* **WORK TO COMPLETE**: Print nothing but the lines below starting at the line that holds "point P0 (0, 0)" and ending at the line that holds "# FreeCAD 1.0 macro for this part", including both, each exactly as written.

* **GIVEN RECORDS**:

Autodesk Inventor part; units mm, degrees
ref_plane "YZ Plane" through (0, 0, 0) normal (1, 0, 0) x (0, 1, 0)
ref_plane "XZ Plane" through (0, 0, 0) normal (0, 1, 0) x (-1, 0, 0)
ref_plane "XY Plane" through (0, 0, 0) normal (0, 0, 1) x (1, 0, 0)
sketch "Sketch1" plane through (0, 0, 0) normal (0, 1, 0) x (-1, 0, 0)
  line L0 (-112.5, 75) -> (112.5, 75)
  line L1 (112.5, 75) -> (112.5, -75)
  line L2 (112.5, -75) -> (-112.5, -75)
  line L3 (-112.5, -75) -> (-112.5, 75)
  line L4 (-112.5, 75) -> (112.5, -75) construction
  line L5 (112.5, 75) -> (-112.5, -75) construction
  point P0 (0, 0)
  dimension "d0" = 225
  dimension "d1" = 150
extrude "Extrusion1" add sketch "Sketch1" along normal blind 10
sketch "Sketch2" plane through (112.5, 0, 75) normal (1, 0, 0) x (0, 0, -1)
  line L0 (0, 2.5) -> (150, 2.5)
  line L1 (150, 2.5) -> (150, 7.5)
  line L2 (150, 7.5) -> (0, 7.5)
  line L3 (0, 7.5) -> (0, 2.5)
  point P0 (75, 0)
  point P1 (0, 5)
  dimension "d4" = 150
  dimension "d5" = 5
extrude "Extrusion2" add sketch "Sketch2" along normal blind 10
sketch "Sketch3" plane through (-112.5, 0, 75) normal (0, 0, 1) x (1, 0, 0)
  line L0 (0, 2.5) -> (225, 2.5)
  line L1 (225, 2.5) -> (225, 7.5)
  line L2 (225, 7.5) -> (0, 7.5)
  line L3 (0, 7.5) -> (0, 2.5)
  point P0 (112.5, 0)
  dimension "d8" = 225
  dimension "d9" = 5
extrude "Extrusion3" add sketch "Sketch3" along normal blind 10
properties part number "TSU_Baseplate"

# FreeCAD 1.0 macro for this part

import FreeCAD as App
import Part
import Sketcher
from FreeCAD import Vector


def add_polygon(sketch, points):
    """Adds a closed chain of lines whose ends are joined by coincident constraints."""
    first, n = sketch.GeometryCount, len(points)
    for a, b in zip(points, points[1:] + points[:1]):
        sketch.addGeometry(Part.LineSegment(App.Vector(*a, 0), App.Vector(*b, 0)), False)
    for i in range(n):
        sketch.addConstraint(Sketcher.Constraint("Coincident", first + i, 2, first + (i + 1) % n, 1))

doc = App.newDocument("Part")
body = doc.addObject("PartDesign::Body", "Body")

# Sketch on XZ plane
sketch1 = doc.addObject("Sketcher::SketchObject", "Sketch")
body.addObject(sketch1)
sketch1.AttachmentSupport = (doc.XZ_Plane, [""])
sketch1.MapMode = "FlatFace"
add_polygon(sketch1, [(-112, 75), (112, 75), (112, -75), (-112, -75)])  # lines 0-3
sketch1.addConstraint([
    Sketcher.Constraint("Horizontal", 0),
    Sketcher.Constraint("Vertical", 1),
    Sketcher.Constraint("Horizontal", 2),
    Sketcher.Constraint("Vertical", 3),
    Sketcher.Constraint("Symmetric", 0, 2, 2, 2, -1, 1),
    Sketcher.Constraint("DistanceX", 0, 1, 0, 2, 225.0),
    Sketcher.Constraint("DistanceY", 1, 2, 1, 1, 150.0),
])
pad1 = doc.addObject("PartDesign::Pad", "Pad")
body.addObject(pad1)
pad1.Profile = sketch1
pad1.Length = 10
pad1.Reversed = True

# Sketch on YZ plane
sketch2 = doc.addObject("Sketcher::SketchObject", "Sketch001")
body.addObject(sketch2)
sketch2.AttachmentSupport = (doc.YZ_Plane, [""])
sketch2.MapMode = "FlatFace"
sketch2.AttachmentOffset = App.Placement(Vector(0, 0, 112.5), App.Rotation())
add_polygon(sketch2, [(8, 75), (2, 75), (2, -75), (8, -75)])  # lines 0-3
sketch2.addConstraint([
    Sketcher.Constraint("Horizontal", 0),
    Sketcher.Constraint("Vertical", 1),
    Sketcher.Constraint("Horizontal", 2),
    Sketcher.Constraint("Vertical", 3),
    Sketcher.Constraint("DistanceX", 0, 2, 0, 1, 5.0),
    Sketcher.Constraint("DistanceY", 1, 2, 1, 1, 150.0),
    Sketcher.Constraint("DistanceY", -1, 1, 0, 2, 75.0),
    Sketcher.Constraint("DistanceX", -1, 1, 0, 2, 2.5),
])
pad2 = doc.addObject("PartDesign::Pad", "Pad001")
body.addObject(pad2)
pad2.Profile = sketch2
pad2.Length = 10

# Sketch on XY plane
sketch3 = doc.addObject("Sketcher::SketchObject", "Sketch002")
body.addObject(sketch3)
sketch3.AttachmentSupport = (doc.XY_Plane, [""])
sketch3.MapMode = "FlatFace"
sketch3.AttachmentOffset = App.Placement(Vector(0, 0, 75), App.Rotation())
add_polygon(sketch3, [(-112, 8), (-112, 2), (112, 2), (112, 8)])  # lines 0-3
sketch3.addConstraint([
    Sketcher.Constraint("Vertical", 0),
    Sketcher.Constraint("Horizontal", 1),
    Sketcher.Constraint("Vertical", 2),
    Sketcher.Constraint("Horizontal", 3),
    Sketcher.Constraint("DistanceX", 1, 1, 1, 2, 225.0),
    Sketcher.Constraint("DistanceY", 0, 2, 0, 1, 5.0),
    Sketcher.Constraint("DistanceX", 0, 2, -1, 1, 112.5),
    Sketcher.Constraint("DistanceY", -1, 1, 0, 2, 2.5),
])
pad3 = doc.addObject("PartDesign::Pad", "Pad002")
body.addObject(pad3)
pad3.Profile = sketch3
pad3.Length = 10

doc.recompute()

* **SOLVED PROBLEM**:
  point P0 (0, 0)
  dimension "d0" = 225
  dimension "d1" = 150
extrude "Extrusion1" add sketch "Sketch1" along normal blind 10
sketch "Sketch2" plane through (112.5, 0, 75) normal (1, 0, 0) x (0, 0, -1)
  line L0 (0, 2.5) -> (150, 2.5)
  line L1 (150, 2.5) -> (150, 7.5)
  line L2 (150, 7.5) -> (0, 7.5)
  line L3 (0, 7.5) -> (0, 2.5)
  point P0 (75, 0)
  point P1 (0, 5)
  dimension "d4" = 150
  dimension "d5" = 5
extrude "Extrusion2" add sketch "Sketch2" along normal blind 10
sketch "Sketch3" plane through (-112.5, 0, 75) normal (0, 0, 1) x (1, 0, 0)
  line L0 (0, 2.5) -> (225, 2.5)
  line L1 (225, 2.5) -> (225, 7.5)
  line L2 (225, 7.5) -> (0, 7.5)
  line L3 (0, 7.5) -> (0, 2.5)
  point P0 (112.5, 0)
  dimension "d8" = 225
  dimension "d9" = 5
extrude "Extrusion3" add sketch "Sketch3" along normal blind 10
properties part number "TSU_Baseplate"

# FreeCAD 1.0 macro for this part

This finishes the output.